:: Data shown ::
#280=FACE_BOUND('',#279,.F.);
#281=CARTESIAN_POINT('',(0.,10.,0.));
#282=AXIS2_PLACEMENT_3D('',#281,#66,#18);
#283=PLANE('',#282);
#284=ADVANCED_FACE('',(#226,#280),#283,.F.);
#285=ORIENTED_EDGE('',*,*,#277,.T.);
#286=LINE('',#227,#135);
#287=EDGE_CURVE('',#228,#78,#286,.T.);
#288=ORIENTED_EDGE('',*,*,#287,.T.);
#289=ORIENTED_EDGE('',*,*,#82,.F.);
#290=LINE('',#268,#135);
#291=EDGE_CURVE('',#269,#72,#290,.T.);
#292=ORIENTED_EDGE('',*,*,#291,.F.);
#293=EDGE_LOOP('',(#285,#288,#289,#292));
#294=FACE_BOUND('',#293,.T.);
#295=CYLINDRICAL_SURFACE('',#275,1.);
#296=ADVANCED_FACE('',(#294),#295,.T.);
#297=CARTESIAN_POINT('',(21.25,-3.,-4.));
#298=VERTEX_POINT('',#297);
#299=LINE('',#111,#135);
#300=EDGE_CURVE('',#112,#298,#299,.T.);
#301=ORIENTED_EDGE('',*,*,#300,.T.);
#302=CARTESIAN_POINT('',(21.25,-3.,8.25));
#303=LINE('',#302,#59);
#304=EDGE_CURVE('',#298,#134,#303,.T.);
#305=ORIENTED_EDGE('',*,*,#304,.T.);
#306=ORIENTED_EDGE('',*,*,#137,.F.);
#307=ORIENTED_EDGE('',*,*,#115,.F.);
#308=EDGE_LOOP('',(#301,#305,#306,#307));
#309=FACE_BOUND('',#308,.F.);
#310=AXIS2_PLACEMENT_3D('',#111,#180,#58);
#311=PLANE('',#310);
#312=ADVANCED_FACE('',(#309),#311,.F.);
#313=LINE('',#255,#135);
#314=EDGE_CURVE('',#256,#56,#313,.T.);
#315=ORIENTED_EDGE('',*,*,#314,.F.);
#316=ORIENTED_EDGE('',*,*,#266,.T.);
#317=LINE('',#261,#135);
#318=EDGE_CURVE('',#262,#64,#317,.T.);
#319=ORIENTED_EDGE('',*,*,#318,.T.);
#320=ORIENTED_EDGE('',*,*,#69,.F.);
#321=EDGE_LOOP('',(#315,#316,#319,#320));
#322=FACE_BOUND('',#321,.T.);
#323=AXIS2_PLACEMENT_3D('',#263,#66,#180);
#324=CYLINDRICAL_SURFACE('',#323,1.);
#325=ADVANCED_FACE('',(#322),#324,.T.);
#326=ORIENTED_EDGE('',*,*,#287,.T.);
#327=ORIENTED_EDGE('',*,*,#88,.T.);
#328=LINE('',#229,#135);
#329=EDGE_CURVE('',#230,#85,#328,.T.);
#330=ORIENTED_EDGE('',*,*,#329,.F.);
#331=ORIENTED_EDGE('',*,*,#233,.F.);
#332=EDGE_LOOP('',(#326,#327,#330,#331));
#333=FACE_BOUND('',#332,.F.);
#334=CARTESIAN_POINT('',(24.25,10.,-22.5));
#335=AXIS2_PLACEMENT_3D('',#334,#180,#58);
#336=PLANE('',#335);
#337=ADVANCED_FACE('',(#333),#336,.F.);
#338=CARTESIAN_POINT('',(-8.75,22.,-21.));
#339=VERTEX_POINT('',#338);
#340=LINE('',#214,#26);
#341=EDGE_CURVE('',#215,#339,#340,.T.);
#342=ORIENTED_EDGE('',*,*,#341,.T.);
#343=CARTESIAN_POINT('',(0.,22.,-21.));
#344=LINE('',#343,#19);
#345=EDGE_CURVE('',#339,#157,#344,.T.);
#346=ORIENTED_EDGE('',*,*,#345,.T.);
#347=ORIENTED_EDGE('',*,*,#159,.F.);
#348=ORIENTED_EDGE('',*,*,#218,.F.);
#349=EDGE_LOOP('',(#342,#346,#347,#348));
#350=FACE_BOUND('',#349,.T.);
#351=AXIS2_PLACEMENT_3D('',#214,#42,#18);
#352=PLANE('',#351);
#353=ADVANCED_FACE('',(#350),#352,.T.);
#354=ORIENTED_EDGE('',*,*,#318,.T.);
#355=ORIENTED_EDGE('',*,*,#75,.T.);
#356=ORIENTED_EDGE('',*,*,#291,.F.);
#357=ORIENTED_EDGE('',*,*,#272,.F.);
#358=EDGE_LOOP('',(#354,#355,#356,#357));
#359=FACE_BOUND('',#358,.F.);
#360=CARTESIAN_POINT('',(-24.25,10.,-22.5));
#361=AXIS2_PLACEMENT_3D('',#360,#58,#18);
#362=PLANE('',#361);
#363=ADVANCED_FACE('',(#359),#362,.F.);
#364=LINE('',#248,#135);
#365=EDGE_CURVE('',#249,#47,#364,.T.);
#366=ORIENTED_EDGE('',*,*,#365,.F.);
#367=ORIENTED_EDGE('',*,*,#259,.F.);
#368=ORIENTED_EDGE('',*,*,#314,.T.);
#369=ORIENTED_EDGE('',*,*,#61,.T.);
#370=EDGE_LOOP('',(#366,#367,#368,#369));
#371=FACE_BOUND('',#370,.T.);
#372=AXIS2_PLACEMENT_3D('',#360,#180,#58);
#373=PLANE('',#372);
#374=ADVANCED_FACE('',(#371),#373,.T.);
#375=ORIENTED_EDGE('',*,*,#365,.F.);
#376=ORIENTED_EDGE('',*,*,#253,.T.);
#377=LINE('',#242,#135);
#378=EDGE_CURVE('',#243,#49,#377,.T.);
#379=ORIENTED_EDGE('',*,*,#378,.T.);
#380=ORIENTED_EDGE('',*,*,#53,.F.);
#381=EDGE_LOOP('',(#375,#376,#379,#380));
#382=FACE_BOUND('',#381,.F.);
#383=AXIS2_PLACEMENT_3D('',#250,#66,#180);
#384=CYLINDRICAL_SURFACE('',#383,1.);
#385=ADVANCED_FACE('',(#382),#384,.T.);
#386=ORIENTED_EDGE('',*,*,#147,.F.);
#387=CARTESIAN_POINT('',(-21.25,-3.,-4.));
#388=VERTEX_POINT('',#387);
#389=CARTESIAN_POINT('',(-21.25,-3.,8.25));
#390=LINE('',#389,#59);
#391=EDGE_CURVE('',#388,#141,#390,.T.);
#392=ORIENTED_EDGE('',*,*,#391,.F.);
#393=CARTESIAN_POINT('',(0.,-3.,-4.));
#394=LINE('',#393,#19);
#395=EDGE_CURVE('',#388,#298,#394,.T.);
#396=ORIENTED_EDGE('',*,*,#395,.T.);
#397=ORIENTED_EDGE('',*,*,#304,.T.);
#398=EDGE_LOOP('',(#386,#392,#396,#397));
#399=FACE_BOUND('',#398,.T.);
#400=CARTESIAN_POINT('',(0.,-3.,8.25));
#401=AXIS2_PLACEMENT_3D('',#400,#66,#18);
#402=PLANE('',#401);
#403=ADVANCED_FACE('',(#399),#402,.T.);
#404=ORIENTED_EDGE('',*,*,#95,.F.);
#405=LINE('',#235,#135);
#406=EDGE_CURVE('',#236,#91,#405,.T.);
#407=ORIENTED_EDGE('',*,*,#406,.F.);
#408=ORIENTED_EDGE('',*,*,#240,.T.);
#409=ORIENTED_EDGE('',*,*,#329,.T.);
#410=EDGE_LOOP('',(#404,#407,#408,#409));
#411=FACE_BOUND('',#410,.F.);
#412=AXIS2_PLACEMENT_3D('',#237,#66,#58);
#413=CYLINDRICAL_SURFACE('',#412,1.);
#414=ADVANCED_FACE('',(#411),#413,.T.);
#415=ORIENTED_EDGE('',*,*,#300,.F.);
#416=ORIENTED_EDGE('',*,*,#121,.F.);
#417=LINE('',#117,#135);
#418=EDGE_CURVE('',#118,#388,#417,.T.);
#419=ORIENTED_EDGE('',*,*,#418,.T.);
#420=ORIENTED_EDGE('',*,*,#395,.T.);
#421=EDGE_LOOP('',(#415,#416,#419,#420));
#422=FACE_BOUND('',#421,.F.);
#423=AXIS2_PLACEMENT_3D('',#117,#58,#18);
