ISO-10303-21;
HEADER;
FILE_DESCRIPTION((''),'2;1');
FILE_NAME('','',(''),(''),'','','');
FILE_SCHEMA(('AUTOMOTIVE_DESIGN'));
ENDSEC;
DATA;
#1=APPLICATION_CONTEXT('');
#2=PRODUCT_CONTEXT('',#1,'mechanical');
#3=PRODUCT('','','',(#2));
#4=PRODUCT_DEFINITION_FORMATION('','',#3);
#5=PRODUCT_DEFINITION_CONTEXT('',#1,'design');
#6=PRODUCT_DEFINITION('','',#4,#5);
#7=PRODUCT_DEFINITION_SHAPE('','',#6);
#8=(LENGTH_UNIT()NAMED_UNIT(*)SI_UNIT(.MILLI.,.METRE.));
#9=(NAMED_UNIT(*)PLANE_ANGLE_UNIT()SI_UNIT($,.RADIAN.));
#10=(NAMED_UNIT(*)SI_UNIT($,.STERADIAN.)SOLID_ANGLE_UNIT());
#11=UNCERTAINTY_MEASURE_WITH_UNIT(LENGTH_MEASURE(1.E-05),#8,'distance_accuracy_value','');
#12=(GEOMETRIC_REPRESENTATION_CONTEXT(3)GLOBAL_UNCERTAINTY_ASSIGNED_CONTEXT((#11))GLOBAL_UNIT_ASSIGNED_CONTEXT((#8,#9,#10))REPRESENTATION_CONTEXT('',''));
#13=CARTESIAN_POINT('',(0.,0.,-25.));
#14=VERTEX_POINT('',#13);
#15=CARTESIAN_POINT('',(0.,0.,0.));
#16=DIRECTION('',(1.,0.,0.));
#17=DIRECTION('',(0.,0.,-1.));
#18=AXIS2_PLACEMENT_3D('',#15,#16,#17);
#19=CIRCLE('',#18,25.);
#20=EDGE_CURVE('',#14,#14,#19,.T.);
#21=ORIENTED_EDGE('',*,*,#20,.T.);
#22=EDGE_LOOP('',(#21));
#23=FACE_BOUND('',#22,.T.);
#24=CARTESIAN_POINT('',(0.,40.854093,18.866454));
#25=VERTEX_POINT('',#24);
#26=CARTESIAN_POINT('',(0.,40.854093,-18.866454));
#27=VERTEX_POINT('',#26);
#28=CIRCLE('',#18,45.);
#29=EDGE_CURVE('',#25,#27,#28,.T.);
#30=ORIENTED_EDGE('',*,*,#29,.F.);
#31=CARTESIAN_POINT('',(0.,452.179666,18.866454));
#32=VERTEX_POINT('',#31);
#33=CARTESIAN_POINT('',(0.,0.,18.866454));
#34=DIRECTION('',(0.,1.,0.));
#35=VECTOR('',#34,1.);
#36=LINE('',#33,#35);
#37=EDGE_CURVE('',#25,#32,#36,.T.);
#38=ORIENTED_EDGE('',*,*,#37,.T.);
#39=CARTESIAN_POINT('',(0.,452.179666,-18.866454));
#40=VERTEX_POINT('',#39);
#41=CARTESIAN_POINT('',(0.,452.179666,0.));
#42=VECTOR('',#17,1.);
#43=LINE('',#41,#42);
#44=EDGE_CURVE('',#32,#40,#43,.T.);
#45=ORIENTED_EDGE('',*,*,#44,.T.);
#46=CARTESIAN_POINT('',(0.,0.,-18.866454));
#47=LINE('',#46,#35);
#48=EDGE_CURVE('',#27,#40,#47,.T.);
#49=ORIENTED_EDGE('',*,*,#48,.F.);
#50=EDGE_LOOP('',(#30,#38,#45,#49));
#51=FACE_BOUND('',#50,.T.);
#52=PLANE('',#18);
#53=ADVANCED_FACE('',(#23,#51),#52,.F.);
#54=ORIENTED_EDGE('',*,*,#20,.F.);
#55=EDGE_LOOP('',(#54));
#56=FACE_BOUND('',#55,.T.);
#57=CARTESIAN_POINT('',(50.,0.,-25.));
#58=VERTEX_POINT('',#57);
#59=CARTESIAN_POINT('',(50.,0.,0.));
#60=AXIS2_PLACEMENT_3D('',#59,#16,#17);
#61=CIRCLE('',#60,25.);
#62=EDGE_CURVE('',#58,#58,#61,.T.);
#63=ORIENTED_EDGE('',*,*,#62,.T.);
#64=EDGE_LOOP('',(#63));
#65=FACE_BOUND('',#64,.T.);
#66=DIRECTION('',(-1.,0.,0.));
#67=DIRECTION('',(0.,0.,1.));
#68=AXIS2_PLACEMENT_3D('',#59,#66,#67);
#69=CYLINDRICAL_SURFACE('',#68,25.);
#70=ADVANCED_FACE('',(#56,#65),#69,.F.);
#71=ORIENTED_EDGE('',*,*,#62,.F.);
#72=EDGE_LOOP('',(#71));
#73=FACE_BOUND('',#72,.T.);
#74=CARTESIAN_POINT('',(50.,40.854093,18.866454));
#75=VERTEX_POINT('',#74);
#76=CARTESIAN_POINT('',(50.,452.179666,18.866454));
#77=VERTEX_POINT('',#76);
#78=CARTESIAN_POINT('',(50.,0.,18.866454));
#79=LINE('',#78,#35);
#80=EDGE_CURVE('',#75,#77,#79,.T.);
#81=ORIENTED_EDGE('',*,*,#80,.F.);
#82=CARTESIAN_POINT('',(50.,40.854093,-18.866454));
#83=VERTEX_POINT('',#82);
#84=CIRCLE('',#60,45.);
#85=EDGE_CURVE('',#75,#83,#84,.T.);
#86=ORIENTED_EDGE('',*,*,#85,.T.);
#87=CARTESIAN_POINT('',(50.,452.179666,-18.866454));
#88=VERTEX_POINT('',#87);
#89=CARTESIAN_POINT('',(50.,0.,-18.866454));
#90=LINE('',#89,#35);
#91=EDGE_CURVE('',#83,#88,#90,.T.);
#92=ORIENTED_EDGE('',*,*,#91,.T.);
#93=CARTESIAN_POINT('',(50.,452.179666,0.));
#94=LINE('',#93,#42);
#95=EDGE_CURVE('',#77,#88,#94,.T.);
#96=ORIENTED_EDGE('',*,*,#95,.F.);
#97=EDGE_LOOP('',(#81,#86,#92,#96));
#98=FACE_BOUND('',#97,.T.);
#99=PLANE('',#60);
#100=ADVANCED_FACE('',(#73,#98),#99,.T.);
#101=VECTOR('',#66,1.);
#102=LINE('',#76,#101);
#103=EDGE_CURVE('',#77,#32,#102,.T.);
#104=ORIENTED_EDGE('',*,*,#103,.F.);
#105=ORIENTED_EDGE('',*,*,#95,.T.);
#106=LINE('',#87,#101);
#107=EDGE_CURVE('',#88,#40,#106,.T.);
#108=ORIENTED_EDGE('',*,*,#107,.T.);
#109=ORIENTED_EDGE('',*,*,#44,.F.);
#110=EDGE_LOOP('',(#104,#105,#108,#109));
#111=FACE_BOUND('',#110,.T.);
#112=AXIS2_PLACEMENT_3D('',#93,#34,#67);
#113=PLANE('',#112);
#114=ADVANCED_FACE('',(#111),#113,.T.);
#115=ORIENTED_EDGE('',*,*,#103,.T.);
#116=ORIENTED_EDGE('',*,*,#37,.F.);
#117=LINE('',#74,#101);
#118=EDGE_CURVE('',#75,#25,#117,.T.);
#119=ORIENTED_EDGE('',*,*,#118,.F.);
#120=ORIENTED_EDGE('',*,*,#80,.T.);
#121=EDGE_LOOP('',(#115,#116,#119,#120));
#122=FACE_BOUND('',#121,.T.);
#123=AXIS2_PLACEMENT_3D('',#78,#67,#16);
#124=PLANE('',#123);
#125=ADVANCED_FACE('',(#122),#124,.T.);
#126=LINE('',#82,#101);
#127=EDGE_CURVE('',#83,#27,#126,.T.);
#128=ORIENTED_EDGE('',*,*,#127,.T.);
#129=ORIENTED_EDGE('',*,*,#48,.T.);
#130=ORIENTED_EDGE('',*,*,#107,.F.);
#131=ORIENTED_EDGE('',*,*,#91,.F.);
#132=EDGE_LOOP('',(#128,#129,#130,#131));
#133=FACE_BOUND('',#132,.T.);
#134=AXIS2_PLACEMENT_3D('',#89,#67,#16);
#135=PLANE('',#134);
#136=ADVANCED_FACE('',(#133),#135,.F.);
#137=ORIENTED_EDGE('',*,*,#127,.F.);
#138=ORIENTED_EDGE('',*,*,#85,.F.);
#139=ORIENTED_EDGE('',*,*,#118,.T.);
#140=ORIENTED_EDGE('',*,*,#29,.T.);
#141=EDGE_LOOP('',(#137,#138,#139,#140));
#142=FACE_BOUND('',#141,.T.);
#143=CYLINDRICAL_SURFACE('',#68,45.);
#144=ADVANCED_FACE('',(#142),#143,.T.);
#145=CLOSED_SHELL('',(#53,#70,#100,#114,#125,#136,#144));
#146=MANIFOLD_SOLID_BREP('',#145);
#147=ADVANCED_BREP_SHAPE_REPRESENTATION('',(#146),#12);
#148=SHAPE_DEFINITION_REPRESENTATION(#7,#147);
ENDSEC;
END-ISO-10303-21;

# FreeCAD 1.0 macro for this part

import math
import FreeCAD as App
import Part
import Sketcher
Q = App.Units.Quantity

doc = App.newDocument("Part")
body = doc.addObject("PartDesign::Body", "Body")

# Sketch on YZ plane
sketch1 = body.newObject("Sketcher::SketchObject", "Sketch")
sketch1.AttachmentSupport = (doc.getObject("YZ_Plane"), [""])
sketch1.MapMode = "FlatFace"
sketch1.addGeometry([
    Part.LineSegment(App.Vector(452, 19, 0), App.Vector(41, 19, 0)),  # 0
    Part.ArcOfCircle(Part.Circle(App.Vector(0, 0, 0), App.Vector(0, 0, 1), 45), math.radians(25), math.radians(335)),  # 1
    Part.LineSegment(App.Vector(41, -19, 0), App.Vector(452, -19, 0)),  # 2
    Part.LineSegment(App.Vector(452, -19, 0), App.Vector(452, 19, 0)),  # 3
    Part.Circle(App.Vector(0, 0, 0), App.Vector(0, 0, 1), 25),  # 4
], False)
sketch1.addConstraint([
    Sketcher.Constraint("Coincident", 0, 2, 1, 1),
    Sketcher.Constraint("Coincident", 1, 2, 2, 1),
    Sketcher.Constraint("Coincident", 2, 2, 3, 1),
    Sketcher.Constraint("Coincident", 3, 2, 0, 1),
    Sketcher.Constraint("Horizontal", 0),
    Sketcher.Constraint("Horizontal", 2),
    Sketcher.Constraint("Vertical", 3),
    Sketcher.Constraint("Coincident", 1, 3, -1, 1),
    Sketcher.Constraint("Coincident", 4, 3, -1, 1),
    Sketcher.Constraint("Vertical", 0, 2, 1, 2),
    Sketcher.Constraint("Diameter", 4, Q("50 mm")),
    Sketcher.Constraint("Radius", 1, Q("45 mm")),
    Sketcher.Constraint("DistanceY", 3, 1, 3, 2, Q("37.732908 mm")),
    Sketcher.Constraint("DistanceX", 0, 2, 0, 1, Q("411.325573 mm")),
])
pad1 = body.newObject("PartDesign::Pad", "Pad")
pad1.Profile = sketch1
pad1.Length = 50

doc.recompute()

:: Task directions ::
In the listing above, find the line with "#329=EDGE_CURVE('',#230,#85,#328,.T.);" and the line with "#383=AXIS2_PLACEMENT_3D('',#250,#66,#180);", then print exactly those two lines and every line between them, and nothing more.

:: Solution to this problem ::
#329=EDGE_CURVE('',#230,#85,#328,.T.);
#330=ORIENTED_EDGE('',*,*,#329,.F.);
#331=ORIENTED_EDGE('',*,*,#233,.F.);
#332=EDGE_LOOP('',(#326,#327,#330,#331));
#333=FACE_BOUND('',#332,.F.);
#334=CARTESIAN_POINT('',(24.25,10.,-22.5));
#335=AXIS2_PLACEMENT_3D('',#334,#180,#58);
#336=PLANE('',#335);
#337=ADVANCED_FACE('',(#333),#336,.F.);
#338=CARTESIAN_POINT('',(-8.75,22.,-21.));
#339=VERTEX_POINT('',#338);
#340=LINE('',#214,#26);
#341=EDGE_CURVE('',#215,#339,#340,.T.);
#342=ORIENTED_EDGE('',*,*,#341,.T.);
#343=CARTESIAN_POINT('',(0.,22.,-21.));
#344=LINE('',#343,#19);
#345=EDGE_CURVE('',#339,#157,#344,.T.);
#346=ORIENTED_EDGE('',*,*,#345,.T.);
#347=ORIENTED_EDGE('',*,*,#159,.F.);
#348=ORIENTED_EDGE('',*,*,#218,.F.);
#349=EDGE_LOOP('',(#342,#346,#347,#348));
#350=FACE_BOUND('',#349,.T.);
#351=AXIS2_PLACEMENT_3D('',#214,#42,#18);
#352=PLANE('',#351);
#353=ADVANCED_FACE('',(#350),#352,.T.);
#354=ORIENTED_EDGE('',*,*,#318,.T.);
#355=ORIENTED_EDGE('',*,*,#75,.T.);
#356=ORIENTED_EDGE('',*,*,#291,.F.);
#357=ORIENTED_EDGE('',*,*,#272,.F.);
#358=EDGE_LOOP('',(#354,#355,#356,#357));
#359=FACE_BOUND('',#358,.F.);
#360=CARTESIAN_POINT('',(-24.25,10.,-22.5));
#361=AXIS2_PLACEMENT_3D('',#360,#58,#18);
#362=PLANE('',#361);
#363=ADVANCED_FACE('',(#359),#362,.F.);
#364=LINE('',#248,#135);
#365=EDGE_CURVE('',#249,#47,#364,.T.);
#366=ORIENTED_EDGE('',*,*,#365,.F.);
#367=ORIENTED_EDGE('',*,*,#259,.F.);
#368=ORIENTED_EDGE('',*,*,#314,.T.);
#369=ORIENTED_EDGE('',*,*,#61,.T.);
#370=EDGE_LOOP('',(#366,#367,#368,#369));
#371=FACE_BOUND('',#370,.T.);
#372=AXIS2_PLACEMENT_3D('',#360,#180,#58);
#373=PLANE('',#372);
#374=ADVANCED_FACE('',(#371),#373,.T.);
#375=ORIENTED_EDGE('',*,*,#365,.F.);
#376=ORIENTED_EDGE('',*,*,#253,.T.);
#377=LINE('',#242,#135);
#378=EDGE_CURVE('',#243,#49,#377,.T.);
#379=ORIENTED_EDGE('',*,*,#378,.T.);
#380=ORIENTED_EDGE('',*,*,#53,.F.);
#381=EDGE_LOOP('',(#375,#376,#379,#380));
#382=FACE_BOUND('',#381,.F.);
#383=AXIS2_PLACEMENT_3D('',#250,#66,#180);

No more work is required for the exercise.